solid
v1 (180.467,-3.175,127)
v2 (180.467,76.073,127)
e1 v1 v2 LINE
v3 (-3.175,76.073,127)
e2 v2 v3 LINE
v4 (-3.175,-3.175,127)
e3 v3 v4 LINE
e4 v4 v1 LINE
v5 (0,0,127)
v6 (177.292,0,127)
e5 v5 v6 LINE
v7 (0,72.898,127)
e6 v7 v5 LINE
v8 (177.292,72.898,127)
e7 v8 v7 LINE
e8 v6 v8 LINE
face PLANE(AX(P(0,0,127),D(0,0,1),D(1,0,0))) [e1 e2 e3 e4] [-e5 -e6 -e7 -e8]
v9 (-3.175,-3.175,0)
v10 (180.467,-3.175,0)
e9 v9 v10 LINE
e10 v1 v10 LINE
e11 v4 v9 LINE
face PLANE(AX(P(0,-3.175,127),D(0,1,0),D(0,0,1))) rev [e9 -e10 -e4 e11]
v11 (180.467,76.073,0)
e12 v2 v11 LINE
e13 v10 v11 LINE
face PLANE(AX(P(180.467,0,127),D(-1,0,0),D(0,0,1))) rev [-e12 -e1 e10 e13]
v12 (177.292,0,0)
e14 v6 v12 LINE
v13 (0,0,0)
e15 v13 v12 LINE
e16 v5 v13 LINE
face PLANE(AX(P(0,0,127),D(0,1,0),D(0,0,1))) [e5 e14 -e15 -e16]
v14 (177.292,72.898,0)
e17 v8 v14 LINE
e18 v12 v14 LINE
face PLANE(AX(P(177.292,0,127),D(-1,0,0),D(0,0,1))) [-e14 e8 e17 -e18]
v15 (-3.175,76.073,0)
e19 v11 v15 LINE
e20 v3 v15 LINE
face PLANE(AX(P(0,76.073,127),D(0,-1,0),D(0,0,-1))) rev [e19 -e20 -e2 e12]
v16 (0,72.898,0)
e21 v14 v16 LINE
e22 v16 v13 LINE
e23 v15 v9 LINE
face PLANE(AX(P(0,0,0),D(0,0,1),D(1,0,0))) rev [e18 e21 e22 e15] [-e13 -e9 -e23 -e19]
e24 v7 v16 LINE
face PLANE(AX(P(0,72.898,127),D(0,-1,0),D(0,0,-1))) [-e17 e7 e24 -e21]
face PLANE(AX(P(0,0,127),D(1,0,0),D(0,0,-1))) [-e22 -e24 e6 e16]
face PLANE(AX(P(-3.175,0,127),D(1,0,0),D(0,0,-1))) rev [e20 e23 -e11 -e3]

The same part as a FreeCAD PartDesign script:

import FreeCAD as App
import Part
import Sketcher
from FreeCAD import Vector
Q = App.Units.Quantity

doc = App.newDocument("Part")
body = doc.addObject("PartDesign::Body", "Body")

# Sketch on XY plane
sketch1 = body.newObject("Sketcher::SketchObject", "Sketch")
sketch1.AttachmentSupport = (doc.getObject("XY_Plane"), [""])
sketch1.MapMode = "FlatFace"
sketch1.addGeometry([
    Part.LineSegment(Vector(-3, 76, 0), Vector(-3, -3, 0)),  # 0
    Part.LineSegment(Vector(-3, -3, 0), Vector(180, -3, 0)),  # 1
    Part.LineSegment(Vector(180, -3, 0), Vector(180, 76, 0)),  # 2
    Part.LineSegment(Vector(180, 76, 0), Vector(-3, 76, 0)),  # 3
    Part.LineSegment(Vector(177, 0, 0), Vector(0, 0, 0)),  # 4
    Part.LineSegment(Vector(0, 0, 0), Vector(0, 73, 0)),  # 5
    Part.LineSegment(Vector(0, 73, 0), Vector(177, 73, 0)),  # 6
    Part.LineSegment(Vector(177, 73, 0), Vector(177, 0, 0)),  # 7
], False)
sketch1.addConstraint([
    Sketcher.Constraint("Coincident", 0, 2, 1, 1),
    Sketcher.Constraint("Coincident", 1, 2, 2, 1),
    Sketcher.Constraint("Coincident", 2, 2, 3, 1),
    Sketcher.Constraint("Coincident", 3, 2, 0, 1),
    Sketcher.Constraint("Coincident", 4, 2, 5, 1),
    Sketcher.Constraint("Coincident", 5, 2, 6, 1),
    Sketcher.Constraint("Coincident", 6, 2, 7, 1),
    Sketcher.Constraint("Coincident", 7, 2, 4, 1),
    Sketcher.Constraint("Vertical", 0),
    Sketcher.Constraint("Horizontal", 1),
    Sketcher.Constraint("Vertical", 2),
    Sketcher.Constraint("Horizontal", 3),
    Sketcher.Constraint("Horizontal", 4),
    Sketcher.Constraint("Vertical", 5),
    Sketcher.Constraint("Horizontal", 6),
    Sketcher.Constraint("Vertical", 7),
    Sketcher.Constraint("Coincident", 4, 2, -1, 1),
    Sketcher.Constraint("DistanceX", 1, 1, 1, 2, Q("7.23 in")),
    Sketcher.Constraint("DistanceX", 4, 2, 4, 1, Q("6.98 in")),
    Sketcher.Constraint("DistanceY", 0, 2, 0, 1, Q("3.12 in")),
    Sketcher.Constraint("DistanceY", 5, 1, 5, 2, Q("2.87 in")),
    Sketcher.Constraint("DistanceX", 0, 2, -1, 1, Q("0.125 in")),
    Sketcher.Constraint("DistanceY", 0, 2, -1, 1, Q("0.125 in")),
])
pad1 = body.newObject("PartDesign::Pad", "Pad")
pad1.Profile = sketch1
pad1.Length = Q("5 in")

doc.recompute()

■ Aim of the exercise ■
A verbatim copy of every entry is needed.

■ Completed task ■
solid
v1 (180.467,-3.175,127)
v2 (180.467,76.073,127)
e1 v1 v2 LINE
v3 (-3.175,76.073,127)
e2 v2 v3 LINE
v4 (-3.175,-3.175,127)
e3 v3 v4 LINE
e4 v4 v1 LINE
v5 (0,0,127)
v6 (177.292,0,127)
e5 v5 v6 LINE
v7 (0,72.898,127)
e6 v7 v5 LINE
v8 (177.292,72.898,127)
e7 v8 v7 LINE
e8 v6 v8 LINE
face PLANE(AX(P(0,0,127),D(0,0,1),D(1,0,0))) [e1 e2 e3 e4] [-e5 -e6 -e7 -e8]
v9 (-3.175,-3.175,0)
v10 (180.467,-3.175,0)
e9 v9 v10 LINE
e10 v1 v10 LINE
e11 v4 v9 LINE
face PLANE(AX(P(0,-3.175,127),D(0,1,0),D(0,0,1))) rev [e9 -e10 -e4 e11]
v11 (180.467,76.073,0)
e12 v2 v11 LINE
e13 v10 v11 LINE
face PLANE(AX(P(180.467,0,127),D(-1,0,0),D(0,0,1))) rev [-e12 -e1 e10 e13]
v12 (177.292,0,0)
e14 v6 v12 LINE
v13 (0,0,0)
e15 v13 v12 LINE
e16 v5 v13 LINE
face PLANE(AX(P(0,0,127),D(0,1,0),D(0,0,1))) [e5 e14 -e15 -e16]
v14 (177.292,72.898,0)
e17 v8 v14 LINE
e18 v12 v14 LINE
face PLANE(AX(P(177.292,0,127),D(-1,0,0),D(0,0,1))) [-e14 e8 e17 -e18]
v15 (-3.175,76.073,0)
e19 v11 v15 LINE
e20 v3 v15 LINE
face PLANE(AX(P(0,76.073,127),D(0,-1,0),D(0,0,-1))) rev [e19 -e20 -e2 e12]
v16 (0,72.898,0)
e21 v14 v16 LINE
e22 v16 v13 LINE
e23 v15 v9 LINE
face PLANE(AX(P(0,0,0),D(0,0,1),D(1,0,0))) rev [e18 e21 e22 e15] [-e13 -e9 -e23 -e19]
e24 v7 v16 LINE
face PLANE(AX(P(0,72.898,127),D(0,-1,0),D(0,0,-1))) [-e17 e7 e24 -e21]
face PLANE(AX(P(0,0,127),D(1,0,0),D(0,0,-1))) [-e22 -e24 e6 e16]
face PLANE(AX(P(-3.175,0,127),D(1,0,0),D(0,0,-1))) rev [e20 e23 -e11 -e3]

The same part as a FreeCAD PartDesign script:

import FreeCAD as App
import Part
import Sketcher
from FreeCAD import Vector
Q = App.Units.Quantity

doc = App.newDocument("Part")
body = doc.addObject("PartDesign::Body", "Body")

# Sketch on XY plane
sketch1 = body.newObject("Sketcher::SketchObject", "Sketch")
sketch1.AttachmentSupport = (doc.getObject("XY_Plane"), [""])
sketch1.MapMode = "FlatFace"
sketch1.addGeometry([
    Part.LineSegment(Vector(-3, 76, 0), Vector(-3, -3, 0)),  # 0
    Part.LineSegment(Vector(-3, -3, 0), Vector(180, -3, 0)),  # 1
    Part.LineSegment(Vector(180, -3, 0), Vector(180, 76, 0)),  # 2
    Part.LineSegment(Vector(180, 76, 0), Vector(-3, 76, 0)),  # 3
    Part.LineSegment(Vector(177, 0, 0), Vector(0, 0, 0)),  # 4
    Part.LineSegment(Vector(0, 0, 0), Vector(0, 73, 0)),  # 5
    Part.LineSegment(Vector(0, 73, 0), Vector(177, 73, 0)),  # 6
    Part.LineSegment(Vector(177, 73, 0), Vector(177, 0, 0)),  # 7
], False)
sketch1.addConstraint([
    Sketcher.Constraint("Coincident", 0, 2, 1, 1),
    Sketcher.Constraint("Coincident", 1, 2, 2, 1),
    Sketcher.Constraint("Coincident", 2, 2, 3, 1),
    Sketcher.Constraint("Coincident", 3, 2, 0, 1),
    Sketcher.Constraint("Coincident", 4, 2, 5, 1),
    Sketcher.Constraint("Coincident", 5, 2, 6, 1),
    Sketcher.Constraint("Coincident", 6, 2, 7, 1),
    Sketcher.Constraint("Coincident", 7, 2, 4, 1),
    Sketcher.Constraint("Vertical", 0),
    Sketcher.Constraint("Horizontal", 1),
    Sketcher.Constraint("Vertical", 2),
    Sketcher.Constraint("Horizontal", 3),
    Sketcher.Constraint("Horizontal", 4),
    Sketcher.Constraint("Vertical", 5),
    Sketcher.Constraint("Horizontal", 6),
    Sketcher.Constraint("Vertical", 7),
    Sketcher.Constraint("Coincident", 4, 2, -1, 1),
    Sketcher.Constraint("DistanceX", 1, 1, 1, 2, Q("7.23 in")),
    Sketcher.Constraint("DistanceX", 4, 2, 4, 1, Q("6.98 in")),
    Sketcher.Constraint("DistanceY", 0, 2, 0, 1, Q("3.12 in")),
    Sketcher.Constraint("DistanceY", 5, 1, 5, 2, Q("2.87 in")),
    Sketcher.Constraint("DistanceX", 0, 2, -1, 1, Q("0.125 in")),
    Sketcher.Constraint("DistanceY", 0, 2, -1, 1, Q("0.125 in")),
])
pad1 = body.newObject("PartDesign::Pad", "Pad")
pad1.Profile = sketch1
pad1.Length = Q("5 in")

doc.recompute()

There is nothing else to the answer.